In the June policy, while five in the six-member MPC, voted in favour of keeping the Repo rate steady at 6.25 per cent, Ravindra H Dholakia was against the majority proposal.

“The current state of the economy underscores the need to revive private investment, restore banking sector health and remove infrastructural bottlenecks. Monetary policy can play a more effective role only when these factors are in place. Accordingly, the MPC decided to keep the policy rate unchanged with a neutral stance and remain watchful of incoming data,” the MPC said.

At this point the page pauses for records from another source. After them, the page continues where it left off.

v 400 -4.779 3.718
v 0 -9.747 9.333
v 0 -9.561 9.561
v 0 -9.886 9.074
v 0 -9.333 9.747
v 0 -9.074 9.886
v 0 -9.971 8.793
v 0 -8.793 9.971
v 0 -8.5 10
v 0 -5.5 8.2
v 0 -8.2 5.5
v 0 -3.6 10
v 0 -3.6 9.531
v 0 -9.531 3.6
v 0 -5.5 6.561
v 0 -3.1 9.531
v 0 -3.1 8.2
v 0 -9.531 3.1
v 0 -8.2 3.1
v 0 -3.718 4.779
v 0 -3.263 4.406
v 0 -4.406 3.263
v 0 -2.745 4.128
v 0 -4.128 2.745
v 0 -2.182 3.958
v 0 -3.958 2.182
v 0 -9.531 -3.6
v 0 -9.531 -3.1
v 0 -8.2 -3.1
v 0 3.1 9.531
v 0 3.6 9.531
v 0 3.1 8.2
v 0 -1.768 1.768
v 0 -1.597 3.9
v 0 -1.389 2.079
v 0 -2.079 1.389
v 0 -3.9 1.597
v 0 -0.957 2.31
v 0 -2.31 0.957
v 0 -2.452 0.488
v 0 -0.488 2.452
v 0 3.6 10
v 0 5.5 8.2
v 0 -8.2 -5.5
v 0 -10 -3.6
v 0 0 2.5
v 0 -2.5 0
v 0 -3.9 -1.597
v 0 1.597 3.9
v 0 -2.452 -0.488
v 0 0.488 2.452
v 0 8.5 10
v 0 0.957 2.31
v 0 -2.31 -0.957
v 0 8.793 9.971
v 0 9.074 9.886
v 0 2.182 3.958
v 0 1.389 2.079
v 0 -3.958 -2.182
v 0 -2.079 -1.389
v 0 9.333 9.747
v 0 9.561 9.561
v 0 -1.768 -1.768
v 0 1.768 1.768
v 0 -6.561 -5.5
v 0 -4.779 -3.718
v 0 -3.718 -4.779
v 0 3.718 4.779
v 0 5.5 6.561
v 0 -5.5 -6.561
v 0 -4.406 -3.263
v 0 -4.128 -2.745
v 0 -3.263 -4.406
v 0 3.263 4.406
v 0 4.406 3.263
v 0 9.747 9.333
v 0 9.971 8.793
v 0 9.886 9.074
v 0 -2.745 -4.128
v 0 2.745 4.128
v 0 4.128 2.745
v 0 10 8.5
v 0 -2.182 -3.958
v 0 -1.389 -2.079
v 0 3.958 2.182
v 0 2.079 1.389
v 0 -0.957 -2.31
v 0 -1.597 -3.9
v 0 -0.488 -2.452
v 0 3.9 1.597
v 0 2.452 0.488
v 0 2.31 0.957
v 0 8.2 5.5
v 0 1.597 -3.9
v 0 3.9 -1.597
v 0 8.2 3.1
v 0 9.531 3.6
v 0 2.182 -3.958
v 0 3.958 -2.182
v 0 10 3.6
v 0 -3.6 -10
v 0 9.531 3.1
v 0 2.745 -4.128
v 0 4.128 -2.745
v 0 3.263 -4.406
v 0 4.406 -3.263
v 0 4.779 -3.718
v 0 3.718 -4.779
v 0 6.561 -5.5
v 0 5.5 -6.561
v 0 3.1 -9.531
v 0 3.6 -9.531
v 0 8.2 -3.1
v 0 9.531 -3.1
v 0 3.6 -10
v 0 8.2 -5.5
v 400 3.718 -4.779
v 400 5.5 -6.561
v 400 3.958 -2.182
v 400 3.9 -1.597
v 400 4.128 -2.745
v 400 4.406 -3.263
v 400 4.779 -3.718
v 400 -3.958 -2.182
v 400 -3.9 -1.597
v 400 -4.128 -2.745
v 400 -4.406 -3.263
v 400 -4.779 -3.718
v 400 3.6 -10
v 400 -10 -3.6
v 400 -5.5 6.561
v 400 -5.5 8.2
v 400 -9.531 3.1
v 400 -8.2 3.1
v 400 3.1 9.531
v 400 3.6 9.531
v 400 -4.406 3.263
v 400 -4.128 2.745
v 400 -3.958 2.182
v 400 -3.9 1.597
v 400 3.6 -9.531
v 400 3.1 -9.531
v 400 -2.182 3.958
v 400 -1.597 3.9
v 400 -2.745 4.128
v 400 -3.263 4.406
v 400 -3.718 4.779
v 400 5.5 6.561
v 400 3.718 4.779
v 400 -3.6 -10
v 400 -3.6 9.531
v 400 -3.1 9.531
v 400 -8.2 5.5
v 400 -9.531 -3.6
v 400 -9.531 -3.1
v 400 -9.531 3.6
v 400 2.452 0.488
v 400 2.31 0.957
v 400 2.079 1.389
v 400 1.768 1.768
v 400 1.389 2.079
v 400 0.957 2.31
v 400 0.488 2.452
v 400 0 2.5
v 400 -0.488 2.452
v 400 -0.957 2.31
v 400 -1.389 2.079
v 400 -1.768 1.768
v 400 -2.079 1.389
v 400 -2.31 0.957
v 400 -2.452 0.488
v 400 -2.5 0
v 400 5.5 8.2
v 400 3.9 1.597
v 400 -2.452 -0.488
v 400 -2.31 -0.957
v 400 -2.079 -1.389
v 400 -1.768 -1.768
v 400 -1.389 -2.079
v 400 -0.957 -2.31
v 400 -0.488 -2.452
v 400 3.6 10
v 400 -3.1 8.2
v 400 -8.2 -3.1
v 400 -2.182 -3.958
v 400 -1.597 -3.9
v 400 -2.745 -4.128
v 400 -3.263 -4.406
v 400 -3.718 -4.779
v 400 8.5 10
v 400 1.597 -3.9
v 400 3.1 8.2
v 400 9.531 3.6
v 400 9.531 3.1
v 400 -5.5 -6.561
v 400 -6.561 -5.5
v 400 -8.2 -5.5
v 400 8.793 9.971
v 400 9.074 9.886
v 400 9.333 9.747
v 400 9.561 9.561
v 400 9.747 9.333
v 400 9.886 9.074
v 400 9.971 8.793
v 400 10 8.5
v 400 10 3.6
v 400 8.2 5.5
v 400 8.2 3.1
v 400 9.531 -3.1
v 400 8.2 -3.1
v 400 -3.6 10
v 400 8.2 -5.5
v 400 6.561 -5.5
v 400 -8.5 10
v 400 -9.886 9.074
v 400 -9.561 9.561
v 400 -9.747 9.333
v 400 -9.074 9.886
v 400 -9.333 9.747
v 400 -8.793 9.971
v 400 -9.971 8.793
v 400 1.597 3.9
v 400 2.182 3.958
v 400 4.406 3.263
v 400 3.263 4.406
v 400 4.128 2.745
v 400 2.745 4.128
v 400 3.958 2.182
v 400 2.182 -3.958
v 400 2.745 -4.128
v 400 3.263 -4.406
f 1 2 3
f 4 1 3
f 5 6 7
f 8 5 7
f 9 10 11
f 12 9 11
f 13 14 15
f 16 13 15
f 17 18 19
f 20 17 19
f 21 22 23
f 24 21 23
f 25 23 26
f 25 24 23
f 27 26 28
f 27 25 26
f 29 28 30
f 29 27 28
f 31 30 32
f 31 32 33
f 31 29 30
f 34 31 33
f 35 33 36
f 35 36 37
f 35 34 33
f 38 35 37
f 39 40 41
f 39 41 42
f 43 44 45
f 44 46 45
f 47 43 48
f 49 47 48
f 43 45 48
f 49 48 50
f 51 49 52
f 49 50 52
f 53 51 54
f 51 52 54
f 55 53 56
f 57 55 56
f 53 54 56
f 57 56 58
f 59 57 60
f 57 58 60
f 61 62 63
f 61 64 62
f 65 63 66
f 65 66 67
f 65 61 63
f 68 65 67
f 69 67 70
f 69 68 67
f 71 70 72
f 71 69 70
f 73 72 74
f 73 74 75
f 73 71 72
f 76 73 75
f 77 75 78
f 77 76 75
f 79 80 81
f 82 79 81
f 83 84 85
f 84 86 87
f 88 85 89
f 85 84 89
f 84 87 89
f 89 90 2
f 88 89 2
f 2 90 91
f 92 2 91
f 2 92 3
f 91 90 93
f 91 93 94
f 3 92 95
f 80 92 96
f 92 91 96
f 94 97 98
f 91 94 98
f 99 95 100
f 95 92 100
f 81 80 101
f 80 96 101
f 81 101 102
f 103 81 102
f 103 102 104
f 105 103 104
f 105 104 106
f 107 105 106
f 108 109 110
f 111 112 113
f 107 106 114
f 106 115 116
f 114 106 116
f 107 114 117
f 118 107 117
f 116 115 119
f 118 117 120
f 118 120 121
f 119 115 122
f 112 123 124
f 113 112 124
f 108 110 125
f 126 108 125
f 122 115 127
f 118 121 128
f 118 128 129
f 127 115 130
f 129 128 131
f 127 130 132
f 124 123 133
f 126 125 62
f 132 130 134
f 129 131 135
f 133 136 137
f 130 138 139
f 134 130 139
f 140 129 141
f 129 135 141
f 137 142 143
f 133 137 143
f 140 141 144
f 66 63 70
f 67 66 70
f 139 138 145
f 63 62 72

Dholakia argued for a minimum interest rate cut of 50 basis points citing “the prevailing inflation and output conditions and prospects” that provided enough space to act decisively to back growth. Any failure to cut the policy rate would amount to “ignoring all costs associated with not supporting growth in terms of unemployment and poverty reduction,” the minutes of the June 6-7 meeting, released on June 21, said.

The central bank risked losing the opportunity provided by the favourable conditions of a “clear declining trend rather than stickiness” in core inflation, Dholakia had argued.

Headline CPI inflation fell to 1.5 per cent in June from 2.2 per cent in May, led by food inflation at -1.2 per cent in June as against -0.2 per cent in May. However, food inflation is likely to rise from August as the base reverses.

Even as core inflation witnessed a dip by 40 bps in June to 3.8 per cent, this might not be durable with the higher HRA allowances under 7th Pay Commission to be factored in from July. Cumulative impact of the allowances on CPI inflation is likely to be at 40-50 bps.

Will the RBI give more weightage to this factor?

Analysts said the dip in food inflation is attributable to further decline in vegetables and pulses. Prices of vegetables fell by 16.5 per cent on a YoY basis compared with the 13.4 per cent decline seen in May. Pulses prices fell by 21.9 per cent in June against the 19.5 per cent decline seen in May.

As base effect wears off from August onwards, food inflation is expected to move higher. On the other hand, with monsoon expected to be normal this year, food inflation is likely to continue to stay relatively benign this year, they said.